* [DATA IN THIS EXERCISE]:
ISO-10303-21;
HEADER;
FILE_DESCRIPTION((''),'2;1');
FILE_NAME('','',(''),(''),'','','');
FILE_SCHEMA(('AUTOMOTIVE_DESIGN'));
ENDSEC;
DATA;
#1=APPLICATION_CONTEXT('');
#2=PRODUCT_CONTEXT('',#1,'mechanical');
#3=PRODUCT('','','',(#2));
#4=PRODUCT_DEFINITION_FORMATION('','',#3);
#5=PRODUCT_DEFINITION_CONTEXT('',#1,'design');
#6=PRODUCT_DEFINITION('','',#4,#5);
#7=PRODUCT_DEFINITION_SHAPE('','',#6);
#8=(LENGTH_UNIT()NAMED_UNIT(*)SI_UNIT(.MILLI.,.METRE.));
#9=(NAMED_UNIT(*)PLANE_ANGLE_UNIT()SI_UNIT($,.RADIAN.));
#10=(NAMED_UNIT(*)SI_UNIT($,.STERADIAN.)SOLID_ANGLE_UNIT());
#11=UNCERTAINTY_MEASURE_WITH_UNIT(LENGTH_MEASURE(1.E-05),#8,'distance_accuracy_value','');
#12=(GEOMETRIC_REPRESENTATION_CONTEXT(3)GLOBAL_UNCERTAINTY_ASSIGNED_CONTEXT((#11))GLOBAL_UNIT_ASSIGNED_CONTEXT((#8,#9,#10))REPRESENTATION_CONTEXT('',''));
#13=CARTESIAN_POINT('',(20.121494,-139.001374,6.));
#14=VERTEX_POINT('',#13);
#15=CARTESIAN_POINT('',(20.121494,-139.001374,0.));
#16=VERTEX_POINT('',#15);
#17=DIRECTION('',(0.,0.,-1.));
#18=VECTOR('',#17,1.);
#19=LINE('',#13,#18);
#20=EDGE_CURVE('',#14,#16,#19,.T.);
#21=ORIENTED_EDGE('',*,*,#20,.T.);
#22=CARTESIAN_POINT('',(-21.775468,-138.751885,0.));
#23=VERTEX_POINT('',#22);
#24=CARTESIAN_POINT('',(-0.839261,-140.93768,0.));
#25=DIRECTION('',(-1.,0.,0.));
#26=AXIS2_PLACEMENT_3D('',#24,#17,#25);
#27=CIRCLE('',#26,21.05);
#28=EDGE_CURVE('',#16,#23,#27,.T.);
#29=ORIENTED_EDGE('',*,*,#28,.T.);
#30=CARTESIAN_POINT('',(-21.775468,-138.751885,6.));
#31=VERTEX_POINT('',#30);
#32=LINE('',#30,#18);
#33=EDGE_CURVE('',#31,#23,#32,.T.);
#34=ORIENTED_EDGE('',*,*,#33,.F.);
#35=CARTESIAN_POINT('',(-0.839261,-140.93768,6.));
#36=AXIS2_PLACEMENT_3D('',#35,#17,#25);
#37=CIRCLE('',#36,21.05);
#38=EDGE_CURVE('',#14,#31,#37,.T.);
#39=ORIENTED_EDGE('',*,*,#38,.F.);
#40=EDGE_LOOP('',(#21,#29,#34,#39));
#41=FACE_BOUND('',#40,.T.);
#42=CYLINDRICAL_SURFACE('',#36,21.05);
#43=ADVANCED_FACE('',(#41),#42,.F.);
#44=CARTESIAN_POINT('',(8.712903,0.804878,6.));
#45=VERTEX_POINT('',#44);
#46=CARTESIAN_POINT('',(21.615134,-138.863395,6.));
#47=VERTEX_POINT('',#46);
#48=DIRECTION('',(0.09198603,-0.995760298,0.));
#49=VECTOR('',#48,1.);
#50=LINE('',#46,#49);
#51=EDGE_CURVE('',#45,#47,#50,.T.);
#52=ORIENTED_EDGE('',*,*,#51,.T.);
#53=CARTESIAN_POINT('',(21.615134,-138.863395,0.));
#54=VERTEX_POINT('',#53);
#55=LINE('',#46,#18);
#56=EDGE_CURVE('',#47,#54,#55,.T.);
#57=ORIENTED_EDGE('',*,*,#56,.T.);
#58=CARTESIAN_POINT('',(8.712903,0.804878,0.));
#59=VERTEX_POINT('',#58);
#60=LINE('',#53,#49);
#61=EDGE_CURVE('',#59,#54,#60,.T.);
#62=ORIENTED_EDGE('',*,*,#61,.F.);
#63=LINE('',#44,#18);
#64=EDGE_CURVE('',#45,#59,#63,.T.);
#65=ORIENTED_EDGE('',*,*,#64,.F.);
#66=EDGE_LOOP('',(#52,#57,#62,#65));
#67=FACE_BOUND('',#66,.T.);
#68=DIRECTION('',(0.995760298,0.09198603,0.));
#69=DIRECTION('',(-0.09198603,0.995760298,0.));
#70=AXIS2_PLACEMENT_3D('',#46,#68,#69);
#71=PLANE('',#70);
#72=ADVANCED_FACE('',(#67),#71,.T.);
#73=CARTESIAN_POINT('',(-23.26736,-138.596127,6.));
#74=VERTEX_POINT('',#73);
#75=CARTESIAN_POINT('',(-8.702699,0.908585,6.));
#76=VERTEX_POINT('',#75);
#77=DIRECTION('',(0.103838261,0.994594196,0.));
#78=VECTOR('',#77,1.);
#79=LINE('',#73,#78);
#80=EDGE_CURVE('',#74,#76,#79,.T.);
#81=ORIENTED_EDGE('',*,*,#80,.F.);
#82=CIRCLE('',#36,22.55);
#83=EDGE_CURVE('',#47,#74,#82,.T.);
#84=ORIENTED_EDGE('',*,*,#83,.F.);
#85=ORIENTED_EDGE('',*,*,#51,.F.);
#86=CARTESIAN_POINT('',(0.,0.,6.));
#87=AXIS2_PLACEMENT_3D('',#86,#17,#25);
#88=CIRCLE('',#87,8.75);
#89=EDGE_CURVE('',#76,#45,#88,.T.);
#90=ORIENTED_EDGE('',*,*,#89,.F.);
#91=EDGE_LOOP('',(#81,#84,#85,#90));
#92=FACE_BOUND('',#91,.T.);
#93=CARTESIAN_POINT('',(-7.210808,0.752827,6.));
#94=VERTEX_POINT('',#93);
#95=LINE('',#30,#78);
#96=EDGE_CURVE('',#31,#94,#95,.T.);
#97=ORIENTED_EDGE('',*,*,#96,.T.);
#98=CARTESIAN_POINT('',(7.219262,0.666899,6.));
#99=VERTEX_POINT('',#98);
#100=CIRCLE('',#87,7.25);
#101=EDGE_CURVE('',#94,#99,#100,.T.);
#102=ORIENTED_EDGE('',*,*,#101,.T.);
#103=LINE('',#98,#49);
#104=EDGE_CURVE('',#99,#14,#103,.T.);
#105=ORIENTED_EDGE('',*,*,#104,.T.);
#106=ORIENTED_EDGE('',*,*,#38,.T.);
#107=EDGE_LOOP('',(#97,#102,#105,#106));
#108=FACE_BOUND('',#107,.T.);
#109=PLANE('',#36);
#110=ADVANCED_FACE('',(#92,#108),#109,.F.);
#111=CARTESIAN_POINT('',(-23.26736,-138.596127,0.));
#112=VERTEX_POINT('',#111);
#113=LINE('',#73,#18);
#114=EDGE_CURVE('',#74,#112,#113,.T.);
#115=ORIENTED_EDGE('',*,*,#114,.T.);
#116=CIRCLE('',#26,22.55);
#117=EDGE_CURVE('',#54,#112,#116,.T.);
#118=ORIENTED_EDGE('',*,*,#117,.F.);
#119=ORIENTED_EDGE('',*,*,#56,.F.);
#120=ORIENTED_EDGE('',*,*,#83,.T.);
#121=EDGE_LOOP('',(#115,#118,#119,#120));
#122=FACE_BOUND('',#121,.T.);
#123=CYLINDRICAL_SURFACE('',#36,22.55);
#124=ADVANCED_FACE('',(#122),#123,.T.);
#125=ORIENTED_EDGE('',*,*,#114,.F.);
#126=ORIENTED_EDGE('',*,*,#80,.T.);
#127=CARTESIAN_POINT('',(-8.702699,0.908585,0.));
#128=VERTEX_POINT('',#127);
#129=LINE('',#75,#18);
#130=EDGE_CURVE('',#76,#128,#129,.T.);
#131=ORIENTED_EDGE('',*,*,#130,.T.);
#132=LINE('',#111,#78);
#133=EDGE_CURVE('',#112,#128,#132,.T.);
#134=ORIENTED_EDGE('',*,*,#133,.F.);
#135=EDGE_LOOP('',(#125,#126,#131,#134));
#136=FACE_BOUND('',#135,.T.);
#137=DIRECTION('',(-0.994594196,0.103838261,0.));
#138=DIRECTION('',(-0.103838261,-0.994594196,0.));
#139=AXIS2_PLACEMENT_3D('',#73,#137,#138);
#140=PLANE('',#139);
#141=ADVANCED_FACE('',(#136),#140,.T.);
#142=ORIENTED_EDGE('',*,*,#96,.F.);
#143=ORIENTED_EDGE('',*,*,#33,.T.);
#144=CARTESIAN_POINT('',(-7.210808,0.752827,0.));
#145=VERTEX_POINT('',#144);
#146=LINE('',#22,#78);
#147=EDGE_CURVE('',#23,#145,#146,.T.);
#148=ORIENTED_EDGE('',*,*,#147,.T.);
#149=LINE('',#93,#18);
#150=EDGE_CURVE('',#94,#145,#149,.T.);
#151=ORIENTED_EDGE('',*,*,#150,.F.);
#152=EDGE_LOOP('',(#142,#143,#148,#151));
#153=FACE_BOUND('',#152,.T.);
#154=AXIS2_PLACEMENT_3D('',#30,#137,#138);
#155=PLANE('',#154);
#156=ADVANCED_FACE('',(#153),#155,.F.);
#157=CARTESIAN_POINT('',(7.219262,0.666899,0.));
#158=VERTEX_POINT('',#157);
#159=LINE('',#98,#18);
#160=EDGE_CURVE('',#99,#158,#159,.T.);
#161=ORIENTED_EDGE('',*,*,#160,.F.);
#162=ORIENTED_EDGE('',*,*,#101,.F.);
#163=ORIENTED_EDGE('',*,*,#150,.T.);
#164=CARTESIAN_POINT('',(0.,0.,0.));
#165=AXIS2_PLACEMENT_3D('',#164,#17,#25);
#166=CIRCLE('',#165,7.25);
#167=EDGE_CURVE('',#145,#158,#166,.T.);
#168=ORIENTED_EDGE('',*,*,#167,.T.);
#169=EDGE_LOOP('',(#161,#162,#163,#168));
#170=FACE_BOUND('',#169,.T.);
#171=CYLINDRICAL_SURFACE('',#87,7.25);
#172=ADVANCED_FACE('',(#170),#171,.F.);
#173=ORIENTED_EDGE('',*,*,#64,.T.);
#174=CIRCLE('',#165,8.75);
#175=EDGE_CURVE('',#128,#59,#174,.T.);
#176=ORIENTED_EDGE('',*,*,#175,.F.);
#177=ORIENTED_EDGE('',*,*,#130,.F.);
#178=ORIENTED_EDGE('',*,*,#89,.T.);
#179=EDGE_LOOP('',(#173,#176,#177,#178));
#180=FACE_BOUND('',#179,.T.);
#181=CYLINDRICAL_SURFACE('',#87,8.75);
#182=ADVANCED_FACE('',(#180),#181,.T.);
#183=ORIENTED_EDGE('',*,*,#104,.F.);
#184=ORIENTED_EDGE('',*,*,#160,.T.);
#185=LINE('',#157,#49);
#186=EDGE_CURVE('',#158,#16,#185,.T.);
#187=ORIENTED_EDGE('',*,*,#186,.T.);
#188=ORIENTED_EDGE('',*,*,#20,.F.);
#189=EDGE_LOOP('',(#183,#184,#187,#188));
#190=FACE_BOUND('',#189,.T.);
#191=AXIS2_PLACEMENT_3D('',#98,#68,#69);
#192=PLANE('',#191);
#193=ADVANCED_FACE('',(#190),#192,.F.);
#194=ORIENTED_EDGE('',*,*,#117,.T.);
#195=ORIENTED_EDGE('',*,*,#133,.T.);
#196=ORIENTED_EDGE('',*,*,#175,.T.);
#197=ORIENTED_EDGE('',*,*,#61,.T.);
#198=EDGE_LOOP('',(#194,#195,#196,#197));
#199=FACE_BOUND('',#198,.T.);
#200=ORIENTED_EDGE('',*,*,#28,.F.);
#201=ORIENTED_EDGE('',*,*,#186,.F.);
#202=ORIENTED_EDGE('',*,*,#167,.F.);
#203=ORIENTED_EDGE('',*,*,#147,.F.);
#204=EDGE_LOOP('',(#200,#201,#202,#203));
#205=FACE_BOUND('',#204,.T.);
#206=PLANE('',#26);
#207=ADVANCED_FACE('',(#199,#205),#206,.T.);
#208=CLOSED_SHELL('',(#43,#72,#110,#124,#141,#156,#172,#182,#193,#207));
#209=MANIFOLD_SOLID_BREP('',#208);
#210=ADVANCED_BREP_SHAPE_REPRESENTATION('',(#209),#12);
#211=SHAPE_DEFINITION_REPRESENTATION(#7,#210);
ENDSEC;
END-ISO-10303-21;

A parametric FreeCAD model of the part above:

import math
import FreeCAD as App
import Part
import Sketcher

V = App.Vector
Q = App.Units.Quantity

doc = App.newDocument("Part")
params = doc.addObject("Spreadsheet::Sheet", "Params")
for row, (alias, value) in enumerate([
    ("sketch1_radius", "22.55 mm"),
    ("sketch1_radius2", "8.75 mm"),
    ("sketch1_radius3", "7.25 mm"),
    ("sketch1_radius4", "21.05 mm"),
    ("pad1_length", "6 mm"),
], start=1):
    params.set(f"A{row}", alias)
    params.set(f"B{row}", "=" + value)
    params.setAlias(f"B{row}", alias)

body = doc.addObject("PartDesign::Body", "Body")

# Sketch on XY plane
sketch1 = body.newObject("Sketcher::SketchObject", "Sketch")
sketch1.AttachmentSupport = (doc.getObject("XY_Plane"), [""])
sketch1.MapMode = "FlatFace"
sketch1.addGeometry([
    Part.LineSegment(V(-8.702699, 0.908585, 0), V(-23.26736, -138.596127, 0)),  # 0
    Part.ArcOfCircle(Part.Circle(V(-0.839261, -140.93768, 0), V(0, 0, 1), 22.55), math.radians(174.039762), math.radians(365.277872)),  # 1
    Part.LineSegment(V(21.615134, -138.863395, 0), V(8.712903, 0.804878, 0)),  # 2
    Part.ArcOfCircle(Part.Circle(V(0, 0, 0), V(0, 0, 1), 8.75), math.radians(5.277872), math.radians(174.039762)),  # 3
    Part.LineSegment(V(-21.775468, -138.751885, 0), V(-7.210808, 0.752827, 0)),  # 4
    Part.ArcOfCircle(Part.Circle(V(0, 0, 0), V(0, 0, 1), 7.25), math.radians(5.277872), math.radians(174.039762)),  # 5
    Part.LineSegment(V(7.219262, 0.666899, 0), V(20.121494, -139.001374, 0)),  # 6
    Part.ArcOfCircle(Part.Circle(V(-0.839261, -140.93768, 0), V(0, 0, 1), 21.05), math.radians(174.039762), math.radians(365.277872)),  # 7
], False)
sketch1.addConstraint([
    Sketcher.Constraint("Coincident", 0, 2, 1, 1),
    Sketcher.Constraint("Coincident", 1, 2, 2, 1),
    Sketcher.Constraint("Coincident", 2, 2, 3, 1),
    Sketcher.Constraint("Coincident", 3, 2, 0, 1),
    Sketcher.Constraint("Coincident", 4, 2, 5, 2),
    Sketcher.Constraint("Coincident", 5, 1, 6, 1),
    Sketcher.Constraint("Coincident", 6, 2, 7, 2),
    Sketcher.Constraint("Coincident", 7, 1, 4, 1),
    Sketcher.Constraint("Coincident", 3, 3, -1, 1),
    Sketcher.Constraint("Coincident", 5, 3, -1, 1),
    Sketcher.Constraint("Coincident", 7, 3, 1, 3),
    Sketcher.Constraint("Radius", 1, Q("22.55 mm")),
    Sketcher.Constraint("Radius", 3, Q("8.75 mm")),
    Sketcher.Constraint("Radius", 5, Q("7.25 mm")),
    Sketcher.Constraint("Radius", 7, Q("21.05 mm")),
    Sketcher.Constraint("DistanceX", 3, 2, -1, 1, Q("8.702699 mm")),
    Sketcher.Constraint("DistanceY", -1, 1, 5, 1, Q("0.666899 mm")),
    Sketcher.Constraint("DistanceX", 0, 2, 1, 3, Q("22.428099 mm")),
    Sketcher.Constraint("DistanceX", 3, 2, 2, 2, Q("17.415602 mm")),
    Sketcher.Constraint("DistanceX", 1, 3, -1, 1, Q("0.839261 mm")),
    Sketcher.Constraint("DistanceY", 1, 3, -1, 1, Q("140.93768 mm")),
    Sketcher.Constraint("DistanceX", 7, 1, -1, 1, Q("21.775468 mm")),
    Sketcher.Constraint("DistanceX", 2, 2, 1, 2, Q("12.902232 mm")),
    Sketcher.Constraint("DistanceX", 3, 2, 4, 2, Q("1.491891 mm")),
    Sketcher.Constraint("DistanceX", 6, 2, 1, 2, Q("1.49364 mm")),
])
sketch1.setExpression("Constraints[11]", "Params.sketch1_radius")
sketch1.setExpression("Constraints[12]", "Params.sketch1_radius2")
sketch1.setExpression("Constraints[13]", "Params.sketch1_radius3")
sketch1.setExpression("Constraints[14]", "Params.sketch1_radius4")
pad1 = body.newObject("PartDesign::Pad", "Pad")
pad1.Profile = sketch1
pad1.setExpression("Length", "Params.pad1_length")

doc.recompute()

* * *

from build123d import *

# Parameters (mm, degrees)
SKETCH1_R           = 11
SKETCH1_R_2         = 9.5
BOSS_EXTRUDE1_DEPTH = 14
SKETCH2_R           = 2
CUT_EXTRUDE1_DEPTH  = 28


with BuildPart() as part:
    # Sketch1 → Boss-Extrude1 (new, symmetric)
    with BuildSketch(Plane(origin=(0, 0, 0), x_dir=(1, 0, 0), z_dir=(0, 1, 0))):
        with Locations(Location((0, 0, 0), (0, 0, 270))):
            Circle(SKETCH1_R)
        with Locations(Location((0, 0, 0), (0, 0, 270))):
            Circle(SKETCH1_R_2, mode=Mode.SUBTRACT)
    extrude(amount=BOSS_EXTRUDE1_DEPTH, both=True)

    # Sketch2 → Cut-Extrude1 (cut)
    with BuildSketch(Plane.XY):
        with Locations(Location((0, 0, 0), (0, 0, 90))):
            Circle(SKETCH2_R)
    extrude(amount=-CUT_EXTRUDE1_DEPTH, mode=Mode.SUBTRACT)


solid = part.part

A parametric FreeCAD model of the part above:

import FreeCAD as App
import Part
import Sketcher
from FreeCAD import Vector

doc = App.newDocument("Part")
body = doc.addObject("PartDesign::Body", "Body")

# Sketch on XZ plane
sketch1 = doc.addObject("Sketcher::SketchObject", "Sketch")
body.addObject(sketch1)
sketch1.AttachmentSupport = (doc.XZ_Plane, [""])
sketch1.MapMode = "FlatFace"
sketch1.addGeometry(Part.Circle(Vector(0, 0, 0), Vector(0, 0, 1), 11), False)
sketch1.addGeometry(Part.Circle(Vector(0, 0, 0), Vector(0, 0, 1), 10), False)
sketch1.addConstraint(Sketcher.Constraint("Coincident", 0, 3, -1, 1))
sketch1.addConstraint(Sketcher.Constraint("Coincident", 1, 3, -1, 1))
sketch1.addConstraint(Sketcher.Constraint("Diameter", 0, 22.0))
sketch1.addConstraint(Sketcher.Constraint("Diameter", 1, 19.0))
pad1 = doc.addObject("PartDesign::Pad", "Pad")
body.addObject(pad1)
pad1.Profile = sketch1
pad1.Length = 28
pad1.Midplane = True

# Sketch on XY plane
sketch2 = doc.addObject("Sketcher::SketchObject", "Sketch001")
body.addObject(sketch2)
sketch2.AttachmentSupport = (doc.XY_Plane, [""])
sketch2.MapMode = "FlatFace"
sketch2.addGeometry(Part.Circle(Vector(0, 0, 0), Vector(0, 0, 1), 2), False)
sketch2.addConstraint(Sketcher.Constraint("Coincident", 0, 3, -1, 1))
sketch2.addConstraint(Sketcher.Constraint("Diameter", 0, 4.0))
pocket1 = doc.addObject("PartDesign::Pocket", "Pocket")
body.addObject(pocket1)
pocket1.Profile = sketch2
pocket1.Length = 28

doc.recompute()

* [YOUR ASSIGNMENT]: The lines above from the one containing "#4=PRODUCT_DEFINITION_FORMATION('','',#3);" through the one containing "#14=VERTEX_POINT('',#13);" are to be set down exactly, and no others.

* [FINAL ANSWER]:
#4=PRODUCT_DEFINITION_FORMATION('','',#3);
#5=PRODUCT_DEFINITION_CONTEXT('',#1,'design');
#6=PRODUCT_DEFINITION('','',#4,#5);
#7=PRODUCT_DEFINITION_SHAPE('','',#6);
#8=(LENGTH_UNIT()NAMED_UNIT(*)SI_UNIT(.MILLI.,.METRE.));
#9=(NAMED_UNIT(*)PLANE_ANGLE_UNIT()SI_UNIT($,.RADIAN.));
#10=(NAMED_UNIT(*)SI_UNIT($,.STERADIAN.)SOLID_ANGLE_UNIT());
#11=UNCERTAINTY_MEASURE_WITH_UNIT(LENGTH_MEASURE(1.E-05),#8,'distance_accuracy_value','');
#12=(GEOMETRIC_REPRESENTATION_CONTEXT(3)GLOBAL_UNCERTAINTY_ASSIGNED_CONTEXT((#11))GLOBAL_UNIT_ASSIGNED_CONTEXT((#8,#9,#10))REPRESENTATION_CONTEXT('',''));
#13=CARTESIAN_POINT('',(20.121494,-139.001374,6.));
#14=VERTEX_POINT('',#13);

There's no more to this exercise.